(Dataset excerpts)
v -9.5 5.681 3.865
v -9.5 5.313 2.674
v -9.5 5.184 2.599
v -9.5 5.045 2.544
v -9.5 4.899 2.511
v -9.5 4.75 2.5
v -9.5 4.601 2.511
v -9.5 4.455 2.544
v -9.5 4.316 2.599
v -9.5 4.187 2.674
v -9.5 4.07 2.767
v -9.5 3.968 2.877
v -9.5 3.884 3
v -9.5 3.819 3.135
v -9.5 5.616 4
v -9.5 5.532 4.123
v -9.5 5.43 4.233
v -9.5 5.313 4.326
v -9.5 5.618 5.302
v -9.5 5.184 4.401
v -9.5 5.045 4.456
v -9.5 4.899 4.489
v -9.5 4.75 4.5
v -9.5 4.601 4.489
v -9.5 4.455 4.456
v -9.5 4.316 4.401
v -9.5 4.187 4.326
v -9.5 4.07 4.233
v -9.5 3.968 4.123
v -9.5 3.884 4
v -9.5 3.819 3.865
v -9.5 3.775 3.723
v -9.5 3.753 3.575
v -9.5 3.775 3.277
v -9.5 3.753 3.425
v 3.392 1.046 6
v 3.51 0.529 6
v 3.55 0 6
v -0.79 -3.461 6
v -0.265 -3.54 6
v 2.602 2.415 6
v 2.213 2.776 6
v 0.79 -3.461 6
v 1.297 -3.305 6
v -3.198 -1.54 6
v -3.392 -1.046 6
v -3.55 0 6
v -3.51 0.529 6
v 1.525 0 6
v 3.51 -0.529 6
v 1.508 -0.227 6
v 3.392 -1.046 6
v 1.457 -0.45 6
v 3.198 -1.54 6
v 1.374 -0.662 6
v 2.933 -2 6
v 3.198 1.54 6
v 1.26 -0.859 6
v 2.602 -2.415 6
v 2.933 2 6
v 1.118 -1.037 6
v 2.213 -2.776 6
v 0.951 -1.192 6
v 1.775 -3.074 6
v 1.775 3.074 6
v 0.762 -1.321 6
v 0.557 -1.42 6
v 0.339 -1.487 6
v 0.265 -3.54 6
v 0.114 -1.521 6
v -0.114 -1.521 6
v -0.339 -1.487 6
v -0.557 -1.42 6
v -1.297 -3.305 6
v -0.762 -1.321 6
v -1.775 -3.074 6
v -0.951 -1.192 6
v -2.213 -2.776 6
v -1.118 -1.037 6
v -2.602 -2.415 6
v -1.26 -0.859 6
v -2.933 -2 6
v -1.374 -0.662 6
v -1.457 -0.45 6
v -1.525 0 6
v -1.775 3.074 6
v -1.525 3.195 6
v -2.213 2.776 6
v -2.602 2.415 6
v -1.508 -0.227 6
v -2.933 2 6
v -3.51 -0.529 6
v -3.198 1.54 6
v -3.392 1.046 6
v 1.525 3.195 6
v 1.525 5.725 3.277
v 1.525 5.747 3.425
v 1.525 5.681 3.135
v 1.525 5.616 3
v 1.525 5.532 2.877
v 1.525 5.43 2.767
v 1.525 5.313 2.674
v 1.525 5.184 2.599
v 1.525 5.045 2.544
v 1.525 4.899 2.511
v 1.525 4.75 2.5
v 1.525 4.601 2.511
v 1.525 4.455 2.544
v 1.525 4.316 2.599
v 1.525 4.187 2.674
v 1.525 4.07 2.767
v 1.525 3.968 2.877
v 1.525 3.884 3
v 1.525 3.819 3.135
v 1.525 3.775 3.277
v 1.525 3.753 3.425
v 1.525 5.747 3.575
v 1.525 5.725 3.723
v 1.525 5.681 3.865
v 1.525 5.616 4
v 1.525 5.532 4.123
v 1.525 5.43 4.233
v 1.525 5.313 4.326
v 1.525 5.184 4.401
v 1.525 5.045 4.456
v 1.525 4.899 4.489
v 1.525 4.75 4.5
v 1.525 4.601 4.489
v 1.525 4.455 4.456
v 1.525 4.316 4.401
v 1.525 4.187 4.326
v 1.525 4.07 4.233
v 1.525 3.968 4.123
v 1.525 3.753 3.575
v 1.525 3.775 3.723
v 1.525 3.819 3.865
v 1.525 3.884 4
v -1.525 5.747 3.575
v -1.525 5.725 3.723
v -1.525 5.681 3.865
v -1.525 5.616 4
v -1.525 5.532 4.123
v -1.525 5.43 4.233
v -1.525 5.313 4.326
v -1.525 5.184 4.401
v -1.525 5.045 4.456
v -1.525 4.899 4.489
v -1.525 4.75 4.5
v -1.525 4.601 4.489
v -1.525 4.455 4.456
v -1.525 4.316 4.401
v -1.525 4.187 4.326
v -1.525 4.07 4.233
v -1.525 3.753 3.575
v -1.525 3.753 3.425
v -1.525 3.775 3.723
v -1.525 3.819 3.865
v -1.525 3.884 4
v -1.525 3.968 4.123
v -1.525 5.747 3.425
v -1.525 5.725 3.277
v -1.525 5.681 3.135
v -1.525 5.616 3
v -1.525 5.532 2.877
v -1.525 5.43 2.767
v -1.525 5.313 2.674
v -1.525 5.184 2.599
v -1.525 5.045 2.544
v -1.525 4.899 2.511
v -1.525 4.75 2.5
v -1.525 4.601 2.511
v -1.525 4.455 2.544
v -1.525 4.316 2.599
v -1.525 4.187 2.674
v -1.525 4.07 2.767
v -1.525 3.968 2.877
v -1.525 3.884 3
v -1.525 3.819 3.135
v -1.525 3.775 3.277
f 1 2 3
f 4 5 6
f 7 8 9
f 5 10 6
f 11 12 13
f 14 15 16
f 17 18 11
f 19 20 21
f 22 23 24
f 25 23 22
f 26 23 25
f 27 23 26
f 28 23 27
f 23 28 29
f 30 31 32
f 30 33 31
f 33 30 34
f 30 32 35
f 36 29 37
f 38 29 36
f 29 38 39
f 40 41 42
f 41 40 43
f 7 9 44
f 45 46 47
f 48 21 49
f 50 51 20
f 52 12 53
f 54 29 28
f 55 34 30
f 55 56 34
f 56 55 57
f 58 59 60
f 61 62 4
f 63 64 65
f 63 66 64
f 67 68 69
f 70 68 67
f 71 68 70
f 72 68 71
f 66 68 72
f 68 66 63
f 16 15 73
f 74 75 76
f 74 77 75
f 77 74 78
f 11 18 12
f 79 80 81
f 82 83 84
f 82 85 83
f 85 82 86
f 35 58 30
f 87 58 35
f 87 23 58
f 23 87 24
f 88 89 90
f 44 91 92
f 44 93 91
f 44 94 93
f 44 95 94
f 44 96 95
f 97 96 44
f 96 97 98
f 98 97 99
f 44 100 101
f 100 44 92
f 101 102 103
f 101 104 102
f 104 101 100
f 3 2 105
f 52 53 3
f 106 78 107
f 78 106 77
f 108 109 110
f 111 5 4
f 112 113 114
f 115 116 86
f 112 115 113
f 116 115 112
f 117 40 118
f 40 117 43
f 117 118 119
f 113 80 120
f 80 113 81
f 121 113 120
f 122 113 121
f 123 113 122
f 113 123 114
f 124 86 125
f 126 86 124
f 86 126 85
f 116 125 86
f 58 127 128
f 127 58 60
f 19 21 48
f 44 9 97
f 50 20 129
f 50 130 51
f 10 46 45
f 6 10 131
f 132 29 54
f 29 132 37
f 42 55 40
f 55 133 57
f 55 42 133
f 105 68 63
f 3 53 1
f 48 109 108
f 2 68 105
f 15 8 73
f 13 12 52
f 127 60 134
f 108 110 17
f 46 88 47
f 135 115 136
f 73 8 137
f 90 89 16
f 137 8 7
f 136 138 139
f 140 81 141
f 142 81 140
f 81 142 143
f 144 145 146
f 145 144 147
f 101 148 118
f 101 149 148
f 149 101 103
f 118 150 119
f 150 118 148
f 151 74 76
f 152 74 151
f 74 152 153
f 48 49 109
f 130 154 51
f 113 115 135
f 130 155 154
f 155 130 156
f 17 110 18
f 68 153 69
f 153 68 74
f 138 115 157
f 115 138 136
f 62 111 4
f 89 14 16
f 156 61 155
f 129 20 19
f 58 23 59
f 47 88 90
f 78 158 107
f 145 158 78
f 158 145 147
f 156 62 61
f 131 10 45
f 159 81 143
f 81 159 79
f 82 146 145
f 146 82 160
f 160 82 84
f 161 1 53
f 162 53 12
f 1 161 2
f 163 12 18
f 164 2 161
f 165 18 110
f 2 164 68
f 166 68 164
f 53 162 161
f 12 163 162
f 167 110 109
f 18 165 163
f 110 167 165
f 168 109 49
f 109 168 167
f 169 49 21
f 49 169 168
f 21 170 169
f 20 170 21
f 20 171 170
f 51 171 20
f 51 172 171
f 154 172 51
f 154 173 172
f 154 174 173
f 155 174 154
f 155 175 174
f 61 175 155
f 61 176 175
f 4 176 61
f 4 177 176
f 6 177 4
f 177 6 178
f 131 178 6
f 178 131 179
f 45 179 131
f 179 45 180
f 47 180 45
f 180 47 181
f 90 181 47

How to complete this task: The answer must hold only the lines from the first line of the data through the line bearing "v 3.392 1.046 6", returned exactly.

Output of the exercise:
v -9.5 5.681 3.865
v -9.5 5.313 2.674
v -9.5 5.184 2.599
v -9.5 5.045 2.544
v -9.5 4.899 2.511
v -9.5 4.75 2.5
v -9.5 4.601 2.511
v -9.5 4.455 2.544
v -9.5 4.316 2.599
v -9.5 4.187 2.674
v -9.5 4.07 2.767
v -9.5 3.968 2.877
v -9.5 3.884 3
v -9.5 3.819 3.135
v -9.5 5.616 4
v -9.5 5.532 4.123
v -9.5 5.43 4.233
v -9.5 5.313 4.326
v -9.5 5.618 5.302
v -9.5 5.184 4.401
v -9.5 5.045 4.456
v -9.5 4.899 4.489
v -9.5 4.75 4.5
v -9.5 4.601 4.489
v -9.5 4.455 4.456
v -9.5 4.316 4.401
v -9.5 4.187 4.326
v -9.5 4.07 4.233
v -9.5 3.968 4.123
v -9.5 3.884 4
v -9.5 3.819 3.865
v -9.5 3.775 3.723
v -9.5 3.753 3.575
v -9.5 3.775 3.277
v -9.5 3.753 3.425
v 3.392 1.046 6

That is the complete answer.